■ **Exercise directions**
Every line below from the one containing "#400=ORIENTED_EDGE('',*,*,#352,.F.);" through the one containing "#430=ORIENTED_EDGE('',*,*,#223,.T.);" must be transcribed exactly. Omit all lines outside that stretch.

Records from a data source
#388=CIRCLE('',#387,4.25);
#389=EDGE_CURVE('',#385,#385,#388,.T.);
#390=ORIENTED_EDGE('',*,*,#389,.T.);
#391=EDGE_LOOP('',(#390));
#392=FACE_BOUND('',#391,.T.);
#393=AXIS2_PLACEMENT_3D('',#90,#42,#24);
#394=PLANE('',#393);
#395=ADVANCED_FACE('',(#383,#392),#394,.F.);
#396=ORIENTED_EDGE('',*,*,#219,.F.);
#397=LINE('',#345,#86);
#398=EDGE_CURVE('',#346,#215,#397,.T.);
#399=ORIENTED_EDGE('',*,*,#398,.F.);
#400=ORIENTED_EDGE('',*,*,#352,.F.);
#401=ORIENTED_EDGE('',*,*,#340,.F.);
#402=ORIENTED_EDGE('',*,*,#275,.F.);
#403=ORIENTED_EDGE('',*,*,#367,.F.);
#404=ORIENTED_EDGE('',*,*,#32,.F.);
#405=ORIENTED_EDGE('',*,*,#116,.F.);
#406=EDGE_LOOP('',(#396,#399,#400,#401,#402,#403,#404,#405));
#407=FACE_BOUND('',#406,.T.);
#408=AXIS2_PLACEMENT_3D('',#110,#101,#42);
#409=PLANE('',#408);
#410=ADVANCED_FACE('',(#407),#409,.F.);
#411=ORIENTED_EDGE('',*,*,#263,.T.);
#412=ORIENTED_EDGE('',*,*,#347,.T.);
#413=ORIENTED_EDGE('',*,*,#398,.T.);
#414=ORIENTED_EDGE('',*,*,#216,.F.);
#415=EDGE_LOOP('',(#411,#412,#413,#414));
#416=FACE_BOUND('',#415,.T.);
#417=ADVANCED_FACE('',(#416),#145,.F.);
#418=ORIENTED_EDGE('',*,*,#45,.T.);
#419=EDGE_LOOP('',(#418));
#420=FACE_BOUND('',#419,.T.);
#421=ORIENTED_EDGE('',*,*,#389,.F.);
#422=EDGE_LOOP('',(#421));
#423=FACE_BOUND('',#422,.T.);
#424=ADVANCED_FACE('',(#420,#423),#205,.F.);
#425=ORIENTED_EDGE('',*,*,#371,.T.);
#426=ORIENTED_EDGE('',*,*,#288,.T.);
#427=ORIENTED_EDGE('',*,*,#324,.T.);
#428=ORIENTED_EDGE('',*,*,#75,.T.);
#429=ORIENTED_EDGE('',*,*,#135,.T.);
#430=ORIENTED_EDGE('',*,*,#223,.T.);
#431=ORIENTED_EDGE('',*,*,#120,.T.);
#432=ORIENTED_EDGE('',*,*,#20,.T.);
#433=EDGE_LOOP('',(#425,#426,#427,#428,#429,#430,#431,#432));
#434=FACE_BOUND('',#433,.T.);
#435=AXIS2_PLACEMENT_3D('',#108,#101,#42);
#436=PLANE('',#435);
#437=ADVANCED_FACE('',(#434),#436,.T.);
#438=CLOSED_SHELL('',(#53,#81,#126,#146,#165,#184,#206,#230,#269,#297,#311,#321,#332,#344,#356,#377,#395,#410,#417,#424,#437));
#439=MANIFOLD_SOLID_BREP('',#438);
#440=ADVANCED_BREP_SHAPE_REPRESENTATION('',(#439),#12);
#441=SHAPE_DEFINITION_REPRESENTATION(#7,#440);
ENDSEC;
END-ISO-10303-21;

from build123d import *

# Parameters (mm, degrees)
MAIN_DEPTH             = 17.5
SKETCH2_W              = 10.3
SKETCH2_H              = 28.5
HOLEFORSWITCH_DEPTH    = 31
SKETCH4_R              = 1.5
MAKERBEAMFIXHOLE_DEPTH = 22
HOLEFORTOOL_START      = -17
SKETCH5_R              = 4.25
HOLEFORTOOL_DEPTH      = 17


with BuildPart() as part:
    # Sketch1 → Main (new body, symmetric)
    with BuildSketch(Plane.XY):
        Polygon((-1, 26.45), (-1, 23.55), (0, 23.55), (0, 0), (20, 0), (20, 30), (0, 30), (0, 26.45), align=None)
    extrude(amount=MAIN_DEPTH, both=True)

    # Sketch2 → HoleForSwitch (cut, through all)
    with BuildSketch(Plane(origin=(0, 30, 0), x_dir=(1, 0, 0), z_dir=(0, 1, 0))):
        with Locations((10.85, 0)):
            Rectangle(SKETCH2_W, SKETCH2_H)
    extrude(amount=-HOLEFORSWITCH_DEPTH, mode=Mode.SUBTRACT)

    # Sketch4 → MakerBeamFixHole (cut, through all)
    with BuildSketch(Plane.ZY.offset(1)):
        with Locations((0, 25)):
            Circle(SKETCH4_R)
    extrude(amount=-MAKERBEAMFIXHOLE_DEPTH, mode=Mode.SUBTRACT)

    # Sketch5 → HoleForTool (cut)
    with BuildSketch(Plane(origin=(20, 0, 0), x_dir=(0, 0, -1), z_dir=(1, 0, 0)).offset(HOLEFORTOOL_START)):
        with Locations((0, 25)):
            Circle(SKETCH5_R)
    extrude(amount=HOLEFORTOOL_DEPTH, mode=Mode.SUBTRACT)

■ **Solution to the exercise**
#400=ORIENTED_EDGE('',*,*,#352,.F.);
#401=ORIENTED_EDGE('',*,*,#340,.F.);
#402=ORIENTED_EDGE('',*,*,#275,.F.);
#403=ORIENTED_EDGE('',*,*,#367,.F.);
#404=ORIENTED_EDGE('',*,*,#32,.F.);
#405=ORIENTED_EDGE('',*,*,#116,.F.);
#406=EDGE_LOOP('',(#396,#399,#400,#401,#402,#403,#404,#405));
#407=FACE_BOUND('',#406,.T.);
#408=AXIS2_PLACEMENT_3D('',#110,#101,#42);
#409=PLANE('',#408);
#410=ADVANCED_FACE('',(#407),#409,.F.);
#411=ORIENTED_EDGE('',*,*,#263,.T.);
#412=ORIENTED_EDGE('',*,*,#347,.T.);
#413=ORIENTED_EDGE('',*,*,#398,.T.);
#414=ORIENTED_EDGE('',*,*,#216,.F.);
#415=EDGE_LOOP('',(#411,#412,#413,#414));
#416=FACE_BOUND('',#415,.T.);
#417=ADVANCED_FACE('',(#416),#145,.F.);
#418=ORIENTED_EDGE('',*,*,#45,.T.);
#419=EDGE_LOOP('',(#418));
#420=FACE_BOUND('',#419,.T.);
#421=ORIENTED_EDGE('',*,*,#389,.F.);
#422=EDGE_LOOP('',(#421));
#423=FACE_BOUND('',#422,.T.);
#424=ADVANCED_FACE('',(#420,#423),#205,.F.);
#425=ORIENTED_EDGE('',*,*,#371,.T.);
#426=ORIENTED_EDGE('',*,*,#288,.T.);
#427=ORIENTED_EDGE('',*,*,#324,.T.);
#428=ORIENTED_EDGE('',*,*,#75,.T.);
#429=ORIENTED_EDGE('',*,*,#135,.T.);
#430=ORIENTED_EDGE('',*,*,#223,.T.);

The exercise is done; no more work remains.